Top of Working data
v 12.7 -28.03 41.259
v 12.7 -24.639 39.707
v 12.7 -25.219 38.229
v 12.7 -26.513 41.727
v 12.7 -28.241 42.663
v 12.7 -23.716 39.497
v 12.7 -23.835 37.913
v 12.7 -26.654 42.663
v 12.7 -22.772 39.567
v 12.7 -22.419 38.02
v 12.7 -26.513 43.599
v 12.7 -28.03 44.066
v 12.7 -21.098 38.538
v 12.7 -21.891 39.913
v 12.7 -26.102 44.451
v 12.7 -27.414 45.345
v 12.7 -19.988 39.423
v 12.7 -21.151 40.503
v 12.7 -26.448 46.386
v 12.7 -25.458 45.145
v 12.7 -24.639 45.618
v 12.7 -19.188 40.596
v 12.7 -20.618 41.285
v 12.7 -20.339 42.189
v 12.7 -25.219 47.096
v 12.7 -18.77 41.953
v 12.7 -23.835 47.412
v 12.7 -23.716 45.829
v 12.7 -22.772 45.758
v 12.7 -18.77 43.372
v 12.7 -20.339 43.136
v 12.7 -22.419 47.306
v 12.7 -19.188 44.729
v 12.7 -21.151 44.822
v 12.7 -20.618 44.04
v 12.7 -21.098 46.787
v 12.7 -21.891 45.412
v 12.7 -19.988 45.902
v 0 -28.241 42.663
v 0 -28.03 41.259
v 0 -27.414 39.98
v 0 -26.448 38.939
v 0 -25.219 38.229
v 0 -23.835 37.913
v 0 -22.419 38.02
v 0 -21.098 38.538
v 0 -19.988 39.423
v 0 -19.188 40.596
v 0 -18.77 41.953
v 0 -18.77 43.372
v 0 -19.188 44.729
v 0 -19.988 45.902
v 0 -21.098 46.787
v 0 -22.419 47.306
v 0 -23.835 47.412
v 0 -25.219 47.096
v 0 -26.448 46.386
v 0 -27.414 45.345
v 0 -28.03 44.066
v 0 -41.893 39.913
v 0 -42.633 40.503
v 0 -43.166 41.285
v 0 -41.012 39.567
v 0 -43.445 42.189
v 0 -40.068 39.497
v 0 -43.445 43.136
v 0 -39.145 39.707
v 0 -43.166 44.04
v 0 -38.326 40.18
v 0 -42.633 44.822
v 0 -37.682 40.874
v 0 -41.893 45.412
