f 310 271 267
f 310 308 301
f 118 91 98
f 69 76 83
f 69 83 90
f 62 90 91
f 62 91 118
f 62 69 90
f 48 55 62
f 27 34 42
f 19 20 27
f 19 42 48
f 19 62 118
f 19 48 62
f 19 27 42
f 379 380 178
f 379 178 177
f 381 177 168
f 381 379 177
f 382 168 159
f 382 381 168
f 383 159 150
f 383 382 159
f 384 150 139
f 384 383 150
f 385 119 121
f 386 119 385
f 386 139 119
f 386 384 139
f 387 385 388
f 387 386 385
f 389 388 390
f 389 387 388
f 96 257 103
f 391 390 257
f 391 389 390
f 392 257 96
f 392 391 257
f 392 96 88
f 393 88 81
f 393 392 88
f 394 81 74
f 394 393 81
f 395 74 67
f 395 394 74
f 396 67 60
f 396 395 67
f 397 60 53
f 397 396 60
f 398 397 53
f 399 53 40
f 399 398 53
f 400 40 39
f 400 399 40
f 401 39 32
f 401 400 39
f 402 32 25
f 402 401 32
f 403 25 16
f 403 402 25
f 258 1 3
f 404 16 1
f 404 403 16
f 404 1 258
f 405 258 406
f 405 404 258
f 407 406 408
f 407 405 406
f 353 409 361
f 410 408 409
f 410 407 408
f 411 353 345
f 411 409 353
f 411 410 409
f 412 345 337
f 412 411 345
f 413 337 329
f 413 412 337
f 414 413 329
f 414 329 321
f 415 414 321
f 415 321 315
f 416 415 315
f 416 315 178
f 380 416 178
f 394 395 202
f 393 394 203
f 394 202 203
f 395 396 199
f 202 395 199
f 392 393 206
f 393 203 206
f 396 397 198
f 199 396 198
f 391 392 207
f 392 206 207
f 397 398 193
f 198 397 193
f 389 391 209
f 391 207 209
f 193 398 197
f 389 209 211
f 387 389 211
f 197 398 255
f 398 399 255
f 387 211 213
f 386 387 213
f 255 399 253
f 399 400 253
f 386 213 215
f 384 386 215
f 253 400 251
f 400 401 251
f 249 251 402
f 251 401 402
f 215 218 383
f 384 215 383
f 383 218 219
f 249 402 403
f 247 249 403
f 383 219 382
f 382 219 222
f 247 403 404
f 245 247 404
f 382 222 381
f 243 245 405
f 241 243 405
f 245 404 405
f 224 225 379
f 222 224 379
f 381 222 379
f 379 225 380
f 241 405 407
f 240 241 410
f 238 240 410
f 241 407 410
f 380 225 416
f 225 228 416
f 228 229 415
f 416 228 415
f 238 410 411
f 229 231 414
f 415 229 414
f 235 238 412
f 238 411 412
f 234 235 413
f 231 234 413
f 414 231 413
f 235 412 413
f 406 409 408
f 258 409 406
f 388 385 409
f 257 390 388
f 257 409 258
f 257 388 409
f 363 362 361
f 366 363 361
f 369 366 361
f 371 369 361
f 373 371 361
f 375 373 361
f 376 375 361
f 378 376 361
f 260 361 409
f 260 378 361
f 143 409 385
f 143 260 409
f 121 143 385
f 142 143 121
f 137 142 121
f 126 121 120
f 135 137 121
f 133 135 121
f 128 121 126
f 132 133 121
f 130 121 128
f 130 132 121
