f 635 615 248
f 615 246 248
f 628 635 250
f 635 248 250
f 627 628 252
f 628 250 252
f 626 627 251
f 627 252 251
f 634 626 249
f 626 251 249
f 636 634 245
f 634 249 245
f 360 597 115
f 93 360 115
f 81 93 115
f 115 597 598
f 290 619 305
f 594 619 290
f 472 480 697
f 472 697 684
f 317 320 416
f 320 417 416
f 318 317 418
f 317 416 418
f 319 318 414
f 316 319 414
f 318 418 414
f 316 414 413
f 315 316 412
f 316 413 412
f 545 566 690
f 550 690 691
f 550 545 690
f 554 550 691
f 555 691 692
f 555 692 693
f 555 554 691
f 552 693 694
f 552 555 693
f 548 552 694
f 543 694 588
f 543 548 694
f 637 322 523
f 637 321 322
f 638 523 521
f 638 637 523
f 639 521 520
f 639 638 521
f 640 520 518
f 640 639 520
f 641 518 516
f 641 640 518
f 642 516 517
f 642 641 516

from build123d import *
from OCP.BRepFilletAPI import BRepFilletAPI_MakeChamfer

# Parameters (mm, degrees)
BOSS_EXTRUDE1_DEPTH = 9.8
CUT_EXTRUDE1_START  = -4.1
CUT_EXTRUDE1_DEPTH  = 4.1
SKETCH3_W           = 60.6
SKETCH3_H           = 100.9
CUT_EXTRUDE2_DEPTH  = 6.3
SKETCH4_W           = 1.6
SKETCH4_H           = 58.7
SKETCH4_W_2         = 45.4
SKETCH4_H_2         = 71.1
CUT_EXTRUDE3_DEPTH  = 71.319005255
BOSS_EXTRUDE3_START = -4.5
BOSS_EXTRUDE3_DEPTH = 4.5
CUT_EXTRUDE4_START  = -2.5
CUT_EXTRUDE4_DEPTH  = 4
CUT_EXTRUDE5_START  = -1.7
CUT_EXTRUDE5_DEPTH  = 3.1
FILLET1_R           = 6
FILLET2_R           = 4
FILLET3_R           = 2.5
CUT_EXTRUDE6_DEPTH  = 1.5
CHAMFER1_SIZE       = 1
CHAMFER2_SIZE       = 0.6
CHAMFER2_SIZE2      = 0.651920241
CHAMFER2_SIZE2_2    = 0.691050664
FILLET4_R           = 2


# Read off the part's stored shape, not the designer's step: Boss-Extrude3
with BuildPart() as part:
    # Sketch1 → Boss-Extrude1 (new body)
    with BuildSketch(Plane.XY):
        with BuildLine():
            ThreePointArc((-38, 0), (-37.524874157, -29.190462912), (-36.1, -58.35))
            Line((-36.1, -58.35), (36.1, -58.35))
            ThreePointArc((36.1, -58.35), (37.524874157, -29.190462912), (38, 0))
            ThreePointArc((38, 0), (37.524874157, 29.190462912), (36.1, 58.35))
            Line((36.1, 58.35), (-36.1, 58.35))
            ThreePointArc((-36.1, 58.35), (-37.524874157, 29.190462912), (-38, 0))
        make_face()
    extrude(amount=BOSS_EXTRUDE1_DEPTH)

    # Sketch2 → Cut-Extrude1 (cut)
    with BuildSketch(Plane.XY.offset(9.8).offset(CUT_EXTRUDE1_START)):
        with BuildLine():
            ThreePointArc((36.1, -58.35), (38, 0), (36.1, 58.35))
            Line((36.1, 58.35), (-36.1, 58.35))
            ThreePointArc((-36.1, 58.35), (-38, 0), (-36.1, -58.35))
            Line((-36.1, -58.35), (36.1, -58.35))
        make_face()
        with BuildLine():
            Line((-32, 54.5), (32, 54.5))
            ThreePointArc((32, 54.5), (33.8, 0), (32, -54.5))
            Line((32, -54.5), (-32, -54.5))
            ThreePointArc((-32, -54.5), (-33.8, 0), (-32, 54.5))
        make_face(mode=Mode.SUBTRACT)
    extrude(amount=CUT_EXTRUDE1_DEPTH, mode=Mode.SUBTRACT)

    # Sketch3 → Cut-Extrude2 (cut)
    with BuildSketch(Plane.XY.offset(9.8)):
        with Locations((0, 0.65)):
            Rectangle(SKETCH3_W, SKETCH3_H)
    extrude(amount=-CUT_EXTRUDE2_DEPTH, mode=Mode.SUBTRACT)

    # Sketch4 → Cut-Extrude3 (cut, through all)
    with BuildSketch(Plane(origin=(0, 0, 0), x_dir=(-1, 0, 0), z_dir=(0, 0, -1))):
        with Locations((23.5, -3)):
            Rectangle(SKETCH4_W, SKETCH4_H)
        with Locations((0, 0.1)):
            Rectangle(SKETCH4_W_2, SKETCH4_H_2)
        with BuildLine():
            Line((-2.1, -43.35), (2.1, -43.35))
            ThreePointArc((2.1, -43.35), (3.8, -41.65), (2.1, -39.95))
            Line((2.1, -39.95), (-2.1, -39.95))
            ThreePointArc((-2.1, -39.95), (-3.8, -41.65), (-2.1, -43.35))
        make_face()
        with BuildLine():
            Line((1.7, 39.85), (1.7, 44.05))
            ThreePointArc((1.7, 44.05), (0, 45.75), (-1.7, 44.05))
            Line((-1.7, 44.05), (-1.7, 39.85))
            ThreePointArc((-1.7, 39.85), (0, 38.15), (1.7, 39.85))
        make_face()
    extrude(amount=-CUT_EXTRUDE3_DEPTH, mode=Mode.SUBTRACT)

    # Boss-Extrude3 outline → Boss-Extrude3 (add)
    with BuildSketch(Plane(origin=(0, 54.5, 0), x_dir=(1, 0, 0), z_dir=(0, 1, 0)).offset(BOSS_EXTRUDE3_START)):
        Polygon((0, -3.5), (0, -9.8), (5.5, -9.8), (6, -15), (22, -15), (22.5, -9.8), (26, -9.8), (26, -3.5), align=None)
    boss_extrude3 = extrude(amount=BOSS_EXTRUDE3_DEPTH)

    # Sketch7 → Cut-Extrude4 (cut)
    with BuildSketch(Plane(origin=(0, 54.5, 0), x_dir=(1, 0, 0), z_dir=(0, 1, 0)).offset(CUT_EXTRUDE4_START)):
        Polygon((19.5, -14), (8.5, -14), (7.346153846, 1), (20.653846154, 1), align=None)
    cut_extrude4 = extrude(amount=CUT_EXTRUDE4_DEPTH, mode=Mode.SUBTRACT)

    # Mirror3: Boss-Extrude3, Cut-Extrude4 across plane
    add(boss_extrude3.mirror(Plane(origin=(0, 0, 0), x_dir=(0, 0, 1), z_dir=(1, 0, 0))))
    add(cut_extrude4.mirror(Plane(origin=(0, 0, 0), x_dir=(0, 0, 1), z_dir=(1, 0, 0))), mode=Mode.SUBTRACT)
Bottom of Working data
Top of Working data
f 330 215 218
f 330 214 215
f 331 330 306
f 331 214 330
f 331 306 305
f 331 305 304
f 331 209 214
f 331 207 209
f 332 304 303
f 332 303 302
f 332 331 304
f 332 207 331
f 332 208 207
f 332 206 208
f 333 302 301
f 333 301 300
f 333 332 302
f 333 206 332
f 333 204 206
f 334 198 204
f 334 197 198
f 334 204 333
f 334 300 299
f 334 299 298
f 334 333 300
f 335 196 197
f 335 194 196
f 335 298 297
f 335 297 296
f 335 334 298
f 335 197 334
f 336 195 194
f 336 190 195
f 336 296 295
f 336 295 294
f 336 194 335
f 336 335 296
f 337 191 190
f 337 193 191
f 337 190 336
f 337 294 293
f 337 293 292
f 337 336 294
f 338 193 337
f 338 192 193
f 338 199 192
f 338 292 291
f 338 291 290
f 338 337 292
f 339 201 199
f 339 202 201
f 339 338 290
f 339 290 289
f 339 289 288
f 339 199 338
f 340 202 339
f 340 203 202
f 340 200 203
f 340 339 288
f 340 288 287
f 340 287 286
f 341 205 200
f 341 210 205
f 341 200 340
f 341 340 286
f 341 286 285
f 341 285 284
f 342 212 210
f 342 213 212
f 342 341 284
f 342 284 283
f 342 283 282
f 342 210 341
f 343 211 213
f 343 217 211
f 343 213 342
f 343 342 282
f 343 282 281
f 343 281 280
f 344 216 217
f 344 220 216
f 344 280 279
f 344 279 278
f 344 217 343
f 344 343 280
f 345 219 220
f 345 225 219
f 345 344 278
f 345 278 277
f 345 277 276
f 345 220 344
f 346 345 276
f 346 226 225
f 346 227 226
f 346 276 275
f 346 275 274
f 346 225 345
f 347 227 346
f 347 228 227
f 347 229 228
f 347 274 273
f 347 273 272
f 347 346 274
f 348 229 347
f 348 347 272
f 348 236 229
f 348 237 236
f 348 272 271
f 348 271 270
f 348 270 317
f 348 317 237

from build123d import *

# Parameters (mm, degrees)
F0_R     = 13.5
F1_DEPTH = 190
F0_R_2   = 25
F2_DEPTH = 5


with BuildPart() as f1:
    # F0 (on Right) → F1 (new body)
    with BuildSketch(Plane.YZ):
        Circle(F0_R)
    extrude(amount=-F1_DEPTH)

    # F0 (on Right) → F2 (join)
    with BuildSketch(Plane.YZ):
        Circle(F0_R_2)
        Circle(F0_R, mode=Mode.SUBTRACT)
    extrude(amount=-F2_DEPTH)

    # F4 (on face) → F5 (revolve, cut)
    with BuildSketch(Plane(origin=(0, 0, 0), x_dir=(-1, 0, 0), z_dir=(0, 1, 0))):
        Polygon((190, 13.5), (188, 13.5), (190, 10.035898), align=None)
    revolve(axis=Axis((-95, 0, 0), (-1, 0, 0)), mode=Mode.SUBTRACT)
Bottom of Working data
> **Task details**: What you return must be an exact retyping of the lines above starting at the line with "f 387 389 211" and ending at the line with "f 472 480 697", and nothing besides.

> **Output for this exercise**:
f 387 389 211
f 197 398 255
f 398 399 255
f 387 211 213
f 386 387 213
f 255 399 253
f 399 400 253
f 386 213 215
f 384 386 215
f 253 400 251
f 400 401 251
f 249 251 402
f 251 401 402
f 215 218 383
f 384 215 383
f 383 218 219
f 249 402 403
f 247 249 403
f 383 219 382
f 382 219 222
f 247 403 404
f 245 247 404
f 382 222 381
f 243 245 405
f 241 243 405
f 245 404 405
f 224 225 379
f 222 224 379
f 381 222 379
f 379 225 380
f 241 405 407
f 240 241 410
f 238 240 410
f 241 407 410
f 380 225 416
f 225 228 416
f 228 229 415
f 416 228 415
f 238 410 411
f 229 231 414
f 415 229 414
f 235 238 412
f 238 411 412
f 234 235 413
f 231 234 413
f 414 231 413
f 235 412 413
f 406 409 408
f 258 409 406
f 388 385 409
f 257 390 388
f 257 409 258
f 257 388 409
f 363 362 361
f 366 363 361
f 369 366 361
f 371 369 361
f 373 371 361
f 375 373 361
f 376 375 361
f 378 376 361
f 260 361 409
f 260 378 361
f 143 409 385
f 143 260 409
f 121 143 385
f 142 143 121
f 137 142 121
f 126 121 120
f 135 137 121
f 133 135 121
f 128 121 126
f 132 133 121
f 130 121 128
f 130 132 121
f 635 615 248
f 615 246 248
f 628 635 250
f 635 248 250
f 627 628 252
f 628 250 252
f 626 627 251
f 627 252 251
f 634 626 249
f 626 251 249
f 636 634 245
f 634 249 245
f 360 597 115
f 93 360 115
f 81 93 115
f 115 597 598
f 290 619 305
f 594 619 290
f 472 480 697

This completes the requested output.